Ask HN: Working through SICP. Did you make it? - simonista
For a variety of reasons, including an excellent comment about CS pedagogies from a few days ago, I've decided to learn scheme and work through SICP this summer. I remembered a thread (http://news.ycombinator.com/item?id=428248) where a bunch of HN people were going to work through it together and I'm curious about your experience.<p>Did you make it? If not, why? What resources did you find particularly helpful? I've got the pdf book and links to the old MIT video lectures and newer berkeley video lectures.

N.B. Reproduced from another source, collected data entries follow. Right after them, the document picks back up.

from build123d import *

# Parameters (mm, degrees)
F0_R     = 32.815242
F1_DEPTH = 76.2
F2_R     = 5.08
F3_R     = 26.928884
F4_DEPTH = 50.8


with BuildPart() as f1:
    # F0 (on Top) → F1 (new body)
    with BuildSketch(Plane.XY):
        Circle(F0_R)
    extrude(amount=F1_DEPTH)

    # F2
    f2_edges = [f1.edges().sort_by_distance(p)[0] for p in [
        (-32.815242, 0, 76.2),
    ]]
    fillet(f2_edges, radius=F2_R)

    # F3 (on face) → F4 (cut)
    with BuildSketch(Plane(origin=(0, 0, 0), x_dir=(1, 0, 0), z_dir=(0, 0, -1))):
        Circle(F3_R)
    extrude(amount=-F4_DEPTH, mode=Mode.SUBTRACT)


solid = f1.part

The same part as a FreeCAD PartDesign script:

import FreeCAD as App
import Part
import Sketcher

V = App.Vector
Q = App.Units.Quantity


def edges_at(feature, points):
    """Names of the edges that pass closest to the given points."""
    edges = feature.Shape.Edges
    near = lambda p: min(range(len(edges)), key=lambda i: edges[i].distToShape(Part.Vertex(*p))[0])
    return sorted({f"Edge{near(p) + 1}" for p in points})

doc = App.newDocument("Part")
body = doc.addObject("PartDesign::Body", "Body")

# Sketch on XY plane
sketch1 = body.newObject("Sketcher::SketchObject", "Sketch")
sketch1.AttachmentSupport = (doc.getObject("XY_Plane"), [""])
sketch1.MapMode = "FlatFace"
sketch1.addGeometry(Part.Circle(V(0, 0, 0), V(0, 0, 1), 32.815242), False)
sketch1.addConstraint(Sketcher.Constraint("Coincident", 0, 3, -1, 1))
sketch1.addConstraint(Sketcher.Constraint("Diameter", 0, Q("65.630484 mm")))
pad1 = body.newObject("PartDesign::Pad", "Pad")
pad1.Profile = sketch1
pad1.Length = Q("3 in")
doc.recompute()

fillet = body.newObject("PartDesign::Fillet", "Fillet")
fillet.Base = (pad1, edges_at(pad1, [(-32.815, 0, 76.2)]))
fillet.Radius = Q("0.2 in")

# Sketch on XY plane
sketch2 = body.newObject("Sketcher::SketchObject", "Sketch001")
sketch2.AttachmentSupport = (doc.getObject("XY_Plane"), [""])
sketch2.MapMode = "FlatFace"
sketch2.addGeometry(Part.Circle(V(0, 0, 0), V(0, 0, 1), 26.928884), False)
sketch2.addConstraint(Sketcher.Constraint("Coincident", 0, 3, -1, 1))
sketch2.addConstraint(Sketcher.Constraint("Diameter", 0, Q("53.857768 mm")))
pocket1 = body.newObject("PartDesign::Pocket", "Pocket")
pocket1.Profile = sketch2
pocket1.Length = Q("2 in")
pocket1.Reversed = True

doc.recompute()
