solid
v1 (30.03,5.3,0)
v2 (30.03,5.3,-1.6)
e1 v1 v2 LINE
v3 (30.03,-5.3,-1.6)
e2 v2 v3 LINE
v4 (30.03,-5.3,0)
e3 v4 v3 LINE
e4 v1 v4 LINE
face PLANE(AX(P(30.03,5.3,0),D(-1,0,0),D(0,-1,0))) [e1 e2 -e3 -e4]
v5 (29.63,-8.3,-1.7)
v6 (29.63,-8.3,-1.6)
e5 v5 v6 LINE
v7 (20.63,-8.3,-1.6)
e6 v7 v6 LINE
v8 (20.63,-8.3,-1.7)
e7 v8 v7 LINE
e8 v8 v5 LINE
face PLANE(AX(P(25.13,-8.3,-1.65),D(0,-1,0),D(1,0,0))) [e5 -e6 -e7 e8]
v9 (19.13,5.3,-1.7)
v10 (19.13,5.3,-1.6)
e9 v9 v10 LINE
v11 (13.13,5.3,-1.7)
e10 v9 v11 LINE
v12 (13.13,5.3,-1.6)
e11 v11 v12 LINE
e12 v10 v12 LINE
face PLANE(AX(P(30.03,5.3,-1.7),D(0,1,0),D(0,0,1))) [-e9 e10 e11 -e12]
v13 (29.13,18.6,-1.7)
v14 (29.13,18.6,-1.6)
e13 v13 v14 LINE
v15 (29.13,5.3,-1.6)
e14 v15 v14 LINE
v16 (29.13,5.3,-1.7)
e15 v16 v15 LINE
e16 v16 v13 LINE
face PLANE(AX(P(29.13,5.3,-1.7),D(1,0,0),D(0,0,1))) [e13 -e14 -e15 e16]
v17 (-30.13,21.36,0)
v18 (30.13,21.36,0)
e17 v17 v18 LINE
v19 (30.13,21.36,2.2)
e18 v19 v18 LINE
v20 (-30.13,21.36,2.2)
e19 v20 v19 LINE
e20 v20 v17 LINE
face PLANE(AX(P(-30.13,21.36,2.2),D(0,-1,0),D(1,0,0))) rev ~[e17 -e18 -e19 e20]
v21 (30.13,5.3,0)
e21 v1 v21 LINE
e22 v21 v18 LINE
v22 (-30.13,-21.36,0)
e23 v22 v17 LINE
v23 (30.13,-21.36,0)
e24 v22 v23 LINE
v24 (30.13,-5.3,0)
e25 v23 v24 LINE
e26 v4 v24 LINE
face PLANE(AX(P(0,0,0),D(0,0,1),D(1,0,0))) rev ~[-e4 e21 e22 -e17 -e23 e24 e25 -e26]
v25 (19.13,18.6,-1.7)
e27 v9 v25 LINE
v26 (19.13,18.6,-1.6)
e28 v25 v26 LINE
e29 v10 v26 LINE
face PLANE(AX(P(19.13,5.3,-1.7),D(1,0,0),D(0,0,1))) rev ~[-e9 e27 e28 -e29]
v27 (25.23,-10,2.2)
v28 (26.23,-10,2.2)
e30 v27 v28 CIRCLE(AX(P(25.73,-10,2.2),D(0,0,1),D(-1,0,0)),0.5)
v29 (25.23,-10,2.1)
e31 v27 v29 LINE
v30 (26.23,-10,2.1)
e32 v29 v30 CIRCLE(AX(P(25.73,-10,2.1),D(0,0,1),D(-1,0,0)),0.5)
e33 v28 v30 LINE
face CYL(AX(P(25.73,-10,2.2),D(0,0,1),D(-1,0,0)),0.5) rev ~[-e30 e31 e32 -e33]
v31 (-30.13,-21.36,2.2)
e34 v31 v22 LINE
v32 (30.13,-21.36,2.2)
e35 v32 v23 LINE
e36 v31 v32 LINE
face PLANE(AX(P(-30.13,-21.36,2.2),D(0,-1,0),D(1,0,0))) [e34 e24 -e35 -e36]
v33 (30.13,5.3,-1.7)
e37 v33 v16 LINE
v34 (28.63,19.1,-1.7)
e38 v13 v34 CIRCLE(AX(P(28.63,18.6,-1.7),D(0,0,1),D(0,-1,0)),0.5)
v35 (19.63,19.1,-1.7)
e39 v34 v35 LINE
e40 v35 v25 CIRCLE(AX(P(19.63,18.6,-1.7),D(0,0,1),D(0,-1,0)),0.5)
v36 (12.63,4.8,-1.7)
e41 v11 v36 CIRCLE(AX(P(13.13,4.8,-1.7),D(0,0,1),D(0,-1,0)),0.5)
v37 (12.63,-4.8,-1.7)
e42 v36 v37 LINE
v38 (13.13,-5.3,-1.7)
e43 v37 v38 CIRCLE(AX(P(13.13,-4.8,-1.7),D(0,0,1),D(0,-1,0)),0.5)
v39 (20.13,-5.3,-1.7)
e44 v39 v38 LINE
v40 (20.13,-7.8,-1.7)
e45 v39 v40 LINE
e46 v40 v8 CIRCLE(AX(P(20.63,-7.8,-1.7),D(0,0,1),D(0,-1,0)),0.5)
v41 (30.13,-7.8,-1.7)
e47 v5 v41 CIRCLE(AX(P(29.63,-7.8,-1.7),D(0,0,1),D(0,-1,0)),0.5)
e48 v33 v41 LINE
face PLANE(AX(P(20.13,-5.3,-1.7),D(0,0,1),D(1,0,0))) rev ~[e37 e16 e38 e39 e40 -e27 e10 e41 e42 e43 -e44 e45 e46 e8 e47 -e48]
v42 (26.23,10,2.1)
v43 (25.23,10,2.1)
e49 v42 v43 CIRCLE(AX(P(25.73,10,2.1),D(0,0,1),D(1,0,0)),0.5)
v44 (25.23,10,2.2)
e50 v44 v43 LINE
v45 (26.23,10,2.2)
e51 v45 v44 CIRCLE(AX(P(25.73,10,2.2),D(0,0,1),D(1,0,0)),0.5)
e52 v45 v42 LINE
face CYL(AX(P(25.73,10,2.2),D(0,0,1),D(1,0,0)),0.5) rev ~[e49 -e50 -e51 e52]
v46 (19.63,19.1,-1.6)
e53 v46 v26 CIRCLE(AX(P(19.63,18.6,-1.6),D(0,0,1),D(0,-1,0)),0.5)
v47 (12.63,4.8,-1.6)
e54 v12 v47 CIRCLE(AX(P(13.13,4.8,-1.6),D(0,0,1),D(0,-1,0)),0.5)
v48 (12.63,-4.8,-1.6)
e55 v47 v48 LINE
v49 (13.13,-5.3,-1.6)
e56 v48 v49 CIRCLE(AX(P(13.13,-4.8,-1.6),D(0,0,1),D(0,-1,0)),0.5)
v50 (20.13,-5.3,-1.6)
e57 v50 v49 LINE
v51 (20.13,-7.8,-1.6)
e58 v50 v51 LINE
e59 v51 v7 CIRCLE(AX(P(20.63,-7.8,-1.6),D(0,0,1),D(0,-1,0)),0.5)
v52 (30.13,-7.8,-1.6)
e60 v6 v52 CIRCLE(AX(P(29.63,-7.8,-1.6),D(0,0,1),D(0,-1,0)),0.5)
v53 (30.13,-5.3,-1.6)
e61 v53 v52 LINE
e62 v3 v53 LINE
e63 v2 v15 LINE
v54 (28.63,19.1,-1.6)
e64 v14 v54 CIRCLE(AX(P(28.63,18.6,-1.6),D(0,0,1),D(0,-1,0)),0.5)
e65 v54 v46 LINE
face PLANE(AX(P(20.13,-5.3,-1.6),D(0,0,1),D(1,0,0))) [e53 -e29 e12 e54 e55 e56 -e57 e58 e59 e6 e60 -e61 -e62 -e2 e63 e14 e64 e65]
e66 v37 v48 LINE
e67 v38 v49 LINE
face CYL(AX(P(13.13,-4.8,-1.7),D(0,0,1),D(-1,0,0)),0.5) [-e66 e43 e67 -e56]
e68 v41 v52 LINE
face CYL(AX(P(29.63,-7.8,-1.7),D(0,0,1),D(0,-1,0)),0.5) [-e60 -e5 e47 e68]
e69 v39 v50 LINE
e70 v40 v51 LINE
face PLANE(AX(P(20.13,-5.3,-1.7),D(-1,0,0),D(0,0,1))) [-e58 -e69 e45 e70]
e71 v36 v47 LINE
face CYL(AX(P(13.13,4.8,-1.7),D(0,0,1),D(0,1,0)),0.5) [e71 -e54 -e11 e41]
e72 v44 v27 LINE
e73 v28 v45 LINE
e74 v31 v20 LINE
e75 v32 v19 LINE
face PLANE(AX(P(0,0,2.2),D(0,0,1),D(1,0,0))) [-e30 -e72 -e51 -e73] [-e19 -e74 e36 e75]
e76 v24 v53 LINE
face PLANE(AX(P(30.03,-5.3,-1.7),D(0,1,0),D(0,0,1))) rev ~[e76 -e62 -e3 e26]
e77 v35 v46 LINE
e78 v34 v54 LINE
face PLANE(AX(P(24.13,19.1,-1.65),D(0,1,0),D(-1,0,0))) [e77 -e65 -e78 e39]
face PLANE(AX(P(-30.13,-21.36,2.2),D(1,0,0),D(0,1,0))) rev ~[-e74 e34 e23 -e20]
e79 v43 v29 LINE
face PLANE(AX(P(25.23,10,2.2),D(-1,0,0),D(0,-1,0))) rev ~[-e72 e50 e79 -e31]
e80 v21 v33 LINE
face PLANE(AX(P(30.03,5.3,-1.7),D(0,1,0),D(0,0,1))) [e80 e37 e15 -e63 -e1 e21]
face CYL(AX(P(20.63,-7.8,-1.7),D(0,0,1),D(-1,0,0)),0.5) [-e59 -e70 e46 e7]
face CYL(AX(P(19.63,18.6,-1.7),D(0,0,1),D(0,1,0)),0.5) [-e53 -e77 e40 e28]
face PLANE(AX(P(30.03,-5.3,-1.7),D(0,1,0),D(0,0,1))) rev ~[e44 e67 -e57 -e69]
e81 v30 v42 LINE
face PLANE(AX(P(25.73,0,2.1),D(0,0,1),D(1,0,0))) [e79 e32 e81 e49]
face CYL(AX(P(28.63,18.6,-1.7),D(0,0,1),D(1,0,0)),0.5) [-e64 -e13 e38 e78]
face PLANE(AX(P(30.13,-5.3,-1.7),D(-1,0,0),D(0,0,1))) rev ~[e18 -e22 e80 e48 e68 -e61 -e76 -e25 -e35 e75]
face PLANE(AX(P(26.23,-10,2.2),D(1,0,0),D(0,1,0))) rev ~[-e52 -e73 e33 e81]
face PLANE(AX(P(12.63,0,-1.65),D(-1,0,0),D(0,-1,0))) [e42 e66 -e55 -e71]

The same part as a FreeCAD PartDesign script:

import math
import FreeCAD as App
import Part
import Sketcher
from FreeCAD import Vector
Q = App.Units.Quantity


def edges_at(feature, points):
    """Names of the edges that pass closest to the given points."""
    edges = feature.Shape.Edges
    near = lambda p: min(range(len(edges)), key=lambda i: edges[i].distToShape(Part.Vertex(*p))[0])
    return sorted({f"Edge{near(p) + 1}" for p in points})


def add_polygon(sketch, points):
    """Adds a closed chain of lines whose ends are joined by coincident constraints."""
    first, n = sketch.GeometryCount, len(points)
    for a, b in zip(points, points[1:] + points[:1]):
        sketch.addGeometry(Part.LineSegment(App.Vector(*a, 0), App.Vector(*b, 0)), False)
    for i in range(n):
        sketch.addConstraint(Sketcher.Constraint("Coincident", first + i, 2, first + (i + 1) % n, 1))

doc = App.newDocument("Part")
body = doc.addObject("PartDesign::Body", "Body")

# Sketch on XY plane
sketch1 = body.newObject("Sketcher::SketchObject", "Sketch")
sketch1.AttachmentSupport = (doc.getObject("XY_Plane"), [""])
sketch1.MapMode = "FlatFace"
add_polygon(sketch1, [(-29, 20), (-29, -20), (29, -20), (29, 20)])  # lines 0-3
sketch1.addConstraint(Sketcher.Constraint("Vertical", 0))
sketch1.addConstraint(Sketcher.Constraint("Horizontal", 1))
sketch1.addConstraint(Sketcher.Constraint("Vertical", 2))
sketch1.addConstraint(Sketcher.Constraint("Horizontal", 3))
sketch1.addConstraint(Sketcher.Constraint("Symmetric", 0, 2, 2, 2, -1, 1))
sketch1.addConstraint(Sketcher.Constraint("DistanceX", 1, 1, 1, 2, Q("57.26 mm")))
sketch1.addConstraint(Sketcher.Constraint("DistanceY", 0, 2, 0, 1, Q("40.62 mm")))
pad1 = body.newObject("PartDesign::Pad", "Pad")
pad1.Profile = sketch1
pad1.Length = 2.2
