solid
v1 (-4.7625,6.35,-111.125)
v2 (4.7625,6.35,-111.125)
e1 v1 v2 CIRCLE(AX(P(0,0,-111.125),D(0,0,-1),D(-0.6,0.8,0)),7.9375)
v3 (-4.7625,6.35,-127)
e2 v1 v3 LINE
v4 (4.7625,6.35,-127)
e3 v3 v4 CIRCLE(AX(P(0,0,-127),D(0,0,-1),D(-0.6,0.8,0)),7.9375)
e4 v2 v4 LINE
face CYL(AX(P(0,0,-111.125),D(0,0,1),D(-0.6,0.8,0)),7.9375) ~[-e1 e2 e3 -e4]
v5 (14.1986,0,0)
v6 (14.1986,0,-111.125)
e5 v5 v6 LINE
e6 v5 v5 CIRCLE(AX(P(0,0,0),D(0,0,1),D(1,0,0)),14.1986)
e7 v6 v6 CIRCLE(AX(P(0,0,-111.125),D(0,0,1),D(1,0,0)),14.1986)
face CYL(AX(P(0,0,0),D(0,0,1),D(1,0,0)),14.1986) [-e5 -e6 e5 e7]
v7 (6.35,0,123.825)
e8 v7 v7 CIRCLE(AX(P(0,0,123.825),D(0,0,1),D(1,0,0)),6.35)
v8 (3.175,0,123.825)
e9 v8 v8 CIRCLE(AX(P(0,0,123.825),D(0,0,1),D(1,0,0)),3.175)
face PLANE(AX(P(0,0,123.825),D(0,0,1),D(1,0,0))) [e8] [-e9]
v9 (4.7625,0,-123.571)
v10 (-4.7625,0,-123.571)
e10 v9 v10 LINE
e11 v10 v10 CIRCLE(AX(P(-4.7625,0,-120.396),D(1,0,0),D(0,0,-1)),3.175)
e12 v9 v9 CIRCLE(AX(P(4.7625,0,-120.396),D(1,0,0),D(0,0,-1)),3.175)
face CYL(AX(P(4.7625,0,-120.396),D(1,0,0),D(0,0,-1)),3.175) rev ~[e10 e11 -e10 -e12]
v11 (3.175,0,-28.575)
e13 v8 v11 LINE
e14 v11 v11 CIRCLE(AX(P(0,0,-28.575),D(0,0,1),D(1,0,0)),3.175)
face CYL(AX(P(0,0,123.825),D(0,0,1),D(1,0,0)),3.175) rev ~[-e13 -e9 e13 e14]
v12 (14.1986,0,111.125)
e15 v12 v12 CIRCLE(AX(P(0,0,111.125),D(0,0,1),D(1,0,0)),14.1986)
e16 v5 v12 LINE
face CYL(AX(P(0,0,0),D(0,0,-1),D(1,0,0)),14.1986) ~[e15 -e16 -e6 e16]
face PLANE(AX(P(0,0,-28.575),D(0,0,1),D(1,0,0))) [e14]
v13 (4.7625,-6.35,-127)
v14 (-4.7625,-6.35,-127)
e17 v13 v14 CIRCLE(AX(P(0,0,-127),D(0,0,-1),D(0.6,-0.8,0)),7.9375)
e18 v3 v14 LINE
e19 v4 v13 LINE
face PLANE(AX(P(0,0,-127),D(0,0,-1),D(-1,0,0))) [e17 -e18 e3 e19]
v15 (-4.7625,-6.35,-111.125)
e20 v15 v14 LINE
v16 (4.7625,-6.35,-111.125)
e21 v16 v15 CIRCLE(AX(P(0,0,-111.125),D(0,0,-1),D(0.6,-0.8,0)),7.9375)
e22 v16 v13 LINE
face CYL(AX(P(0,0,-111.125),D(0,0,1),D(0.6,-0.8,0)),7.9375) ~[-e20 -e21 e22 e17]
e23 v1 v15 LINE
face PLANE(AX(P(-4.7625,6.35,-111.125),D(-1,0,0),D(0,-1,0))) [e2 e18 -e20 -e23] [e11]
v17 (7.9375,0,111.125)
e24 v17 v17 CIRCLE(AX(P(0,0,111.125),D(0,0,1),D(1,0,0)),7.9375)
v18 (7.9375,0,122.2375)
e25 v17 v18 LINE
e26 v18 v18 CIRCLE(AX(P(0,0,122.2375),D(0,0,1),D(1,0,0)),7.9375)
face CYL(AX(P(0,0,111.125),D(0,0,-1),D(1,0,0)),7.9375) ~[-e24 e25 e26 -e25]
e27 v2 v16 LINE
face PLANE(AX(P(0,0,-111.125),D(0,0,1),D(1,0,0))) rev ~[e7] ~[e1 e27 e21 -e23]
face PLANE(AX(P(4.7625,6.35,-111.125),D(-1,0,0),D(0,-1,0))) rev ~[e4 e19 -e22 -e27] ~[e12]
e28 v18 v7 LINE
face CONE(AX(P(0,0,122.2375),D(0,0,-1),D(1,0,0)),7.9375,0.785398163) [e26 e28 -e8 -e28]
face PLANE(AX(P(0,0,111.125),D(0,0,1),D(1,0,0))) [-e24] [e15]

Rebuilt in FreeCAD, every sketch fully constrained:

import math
import FreeCAD as App
import Part
import Sketcher
Q = App.Units.Quantity


def edges_at(feature, points):
    """Names of the edges that pass closest to the given points."""
    edges = feature.Shape.Edges
    near = lambda p: min(range(len(edges)), key=lambda i: edges[i].distToShape(Part.Vertex(*p))[0])
    return sorted({f"Edge{near(p) + 1}" for p in points})

doc = App.newDocument("Part")
body = doc.addObject("PartDesign::Body", "Body")

sketch1 = body.newObject("Sketcher::SketchObject", "Sketch")
sketch1.AttachmentSupport = (doc.getObject("XY_Plane"), [""])
sketch1.MapMode = "FlatFace"
sketch1.addGeometry(Part.Circle(App.Vector(0, 0, 0), App.Vector(0, 0, 1), 14), False)
sketch1.addConstraint([
    Sketcher.Constraint("Coincident", 0, 3, -1, 1),
    Sketcher.Constraint("Diameter", 0, Q("1.118 in")),
])
pad1 = body.newObject("PartDesign::Pad", "Pad")
pad1.Profile = sketch1
pad1.Length = Q("8.75 in")
pad1.Midplane = True

sketch2 = body.newObject("Sketcher::SketchObject", "Sketch001")
sketch2.AttachmentSupport = (doc.getObject("XY_Plane"), [""])
sketch2.MapMode = "FlatFace"
sketch2.AttachmentOffset = App.Placement(App.Vector(0, 0, -4.375 * 25.4), App.Rotation())
sketch2.addGeometry([
    Part.LineSegment(App.Vector(-5, -6, 0), App.Vector(-5, 6, 0)),
    Part.ArcOfCircle(Part.Circle(App.Vector(0, 0, 0), App.Vector(0, 0, 1), 8), math.radians(53), math.radians(127)),
    Part.LineSegment(App.Vector(5, 6, 0), App.Vector(5, -6, 0)),
    Part.ArcOfCircle(Part.Circle(App.Vector(0, 0, 0), App.Vector(0, 0, 1), 8), math.radians(-127), math.radians(-53)),
], False)
sketch2.addConstraint([
    Sketcher.Constraint("Coincident", 0, 2, 1, 2),
    Sketcher.Constraint("Coincident", 1, 1, 2, 1),
    Sketcher.Constraint("Coincident", 2, 2, 3, 2),
    Sketcher.Constraint("Coincident", 3, 1, 0, 1),
    Sketcher.Constraint("Vertical", 0),
    Sketcher.Constraint("Vertical", 2),
    Sketcher.Constraint("Coincident", 1, 3, -1, 1),
    Sketcher.Constraint("Coincident", 3, 3, -1, 1),
    Sketcher.Constraint("Equal", 1, 3),
    Sketcher.Constraint("Horizontal", 0, 2, 1, 1),
    Sketcher.Constraint("Radius", 1, Q("0.3125 in")),
    Sketcher.Constraint("DistanceY", 0, 1, 0, 2, Q("0.5 in")),
])
pad2 = body.newObject("PartDesign::Pad", "Pad001")
pad2.Profile = sketch2
pad2.Length = Q("0.625 in")
pad2.Reversed = True

sketch3 = body.newObject("Sketcher::SketchObject", "Sketch002")
sketch3.AttachmentSupport = (doc.getObject("YZ_Plane"), [""])
sketch3.MapMode = "FlatFace"
sketch3.AttachmentOffset = App.Placement(App.Vector(0, 0, 0.1875 * 25.4), App.Rotation())
sketch3.addGeometry(Part.Circle(App.Vector(0, -120.4, 0), App.Vector(0, 0, 1), 3.2), False)
sketch3.addConstraint([
    Sketcher.Constraint("PointOnObject", 0, 3, -2),
    Sketcher.Constraint("Diameter", 0, Q("0.25 in")),
    Sketcher.Constraint("DistanceY", 0, 3, -1, 1, Q("4.74 in")),
])
pocket1 = body.newObject("PartDesign::Pocket", "Pocket")
pocket1.Profile = sketch3
pocket1.Type = "ThroughAll"

sketch4 = body.newObject("Sketcher::SketchObject", "Sketch003")
sketch4.AttachmentSupport = (doc.getObject("XY_Plane"), [""])
sketch4.MapMode = "FlatFace"
sketch4.AttachmentOffset = App.Placement(App.Vector(0, 0, 4.375 * 25.4), App.Rotation())
sketch4.addGeometry(Part.Circle(App.Vector(0, 0, 0), App.Vector(0, 0, 1), 8), False)
sketch4.addConstraint([
    Sketcher.Constraint("Coincident", 0, 3, -1, 1),
    Sketcher.Constraint("Diameter", 0, Q("0.625 in")),
])
pad3 = body.newObject("PartDesign::Pad", "Pad002")
pad3.Profile = sketch4
pad3.Length = Q("0.5 in")
doc.recompute()

chamfer = body.newObject("PartDesign::Chamfer", "Chamfer")
chamfer.Base = (pad3, edges_at(pad3, [(-7.938, 0, 123.825)]))
chamfer.Size = Q("0.0625 in")

sketch5 = body.newObject("Sketcher::SketchObject", "Sketch004")
sketch5.AttachmentSupport = (doc.getObject("XY_Plane"), [""])
sketch5.MapMode = "FlatFace"
sketch5.AttachmentOffset = App.Placement(App.Vector(0, 0, 4.875 * 25.4), App.Rotation())
sketch5.addGeometry(Part.Circle(App.Vector(0, 0, 0), App.Vector(0, 0, 1), 3.2), False)
sketch5.addConstraint([
    Sketcher.Constraint("Coincident", 0, 3, -1, 1),
    Sketcher.Constraint("Diameter", 0, Q("0.25 in")),
])
pocket2 = body.newObject("PartDesign::Pocket", "Pocket001")
pocket2.Profile = sketch5
pocket2.Length = Q("6 in")

doc.recompute()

What else should I have? What version of Scheme/Lisp/other language did you use? I'm trying to decide between MIT, UCB (STk), and PLT Schemes. Did the group experience work and was it helpful? What was the most difficult part?<p>Here's some further explanation about my language options. Tell me if you think I'm off base here. I listed those three Schemes for the following reasons. MIT because SICP uses it. UCB because the berkeley video lecture series uses it. PLT because I'm going to take a languages class in the fall from Matthew Flatt who is one of the members of the core PLT team. Another goal for the summer is to play with Impromptu (http://impromptu.moso.com.au/), so something that will ease that learning curve would be nice.<p>Thanks!
======
aristus
Yep. The boss at the end is really hard. :)

I worked through the videos plus the book. The videos are essential, IMO. The
Berkeley lectures were not as inspiring as the original MIT '86 ones.

------
nixme
The google group is still active: <http://groups.google.com/group/hacker-news-
reads-sicp>

Next meeting is on May 24, covering the end of chapter 2, exercises 2.73 -
2.97.

Here's the log from the last meeting:
<http://inimino.org/~inimino/projects/2009/SICP/logs/20090510>

------
bcater
At the time that I took 6.001 (the MIT version of the SICP course), PLT Scheme
lacked several libraries that the book requires. Since so many students wanted
to use PLT, the staff put together the extra modules for us, but I'm not sure
if PLT is now "SICP-compliant" or not. Check with someone who works on PLT
(they're very nice) to find out.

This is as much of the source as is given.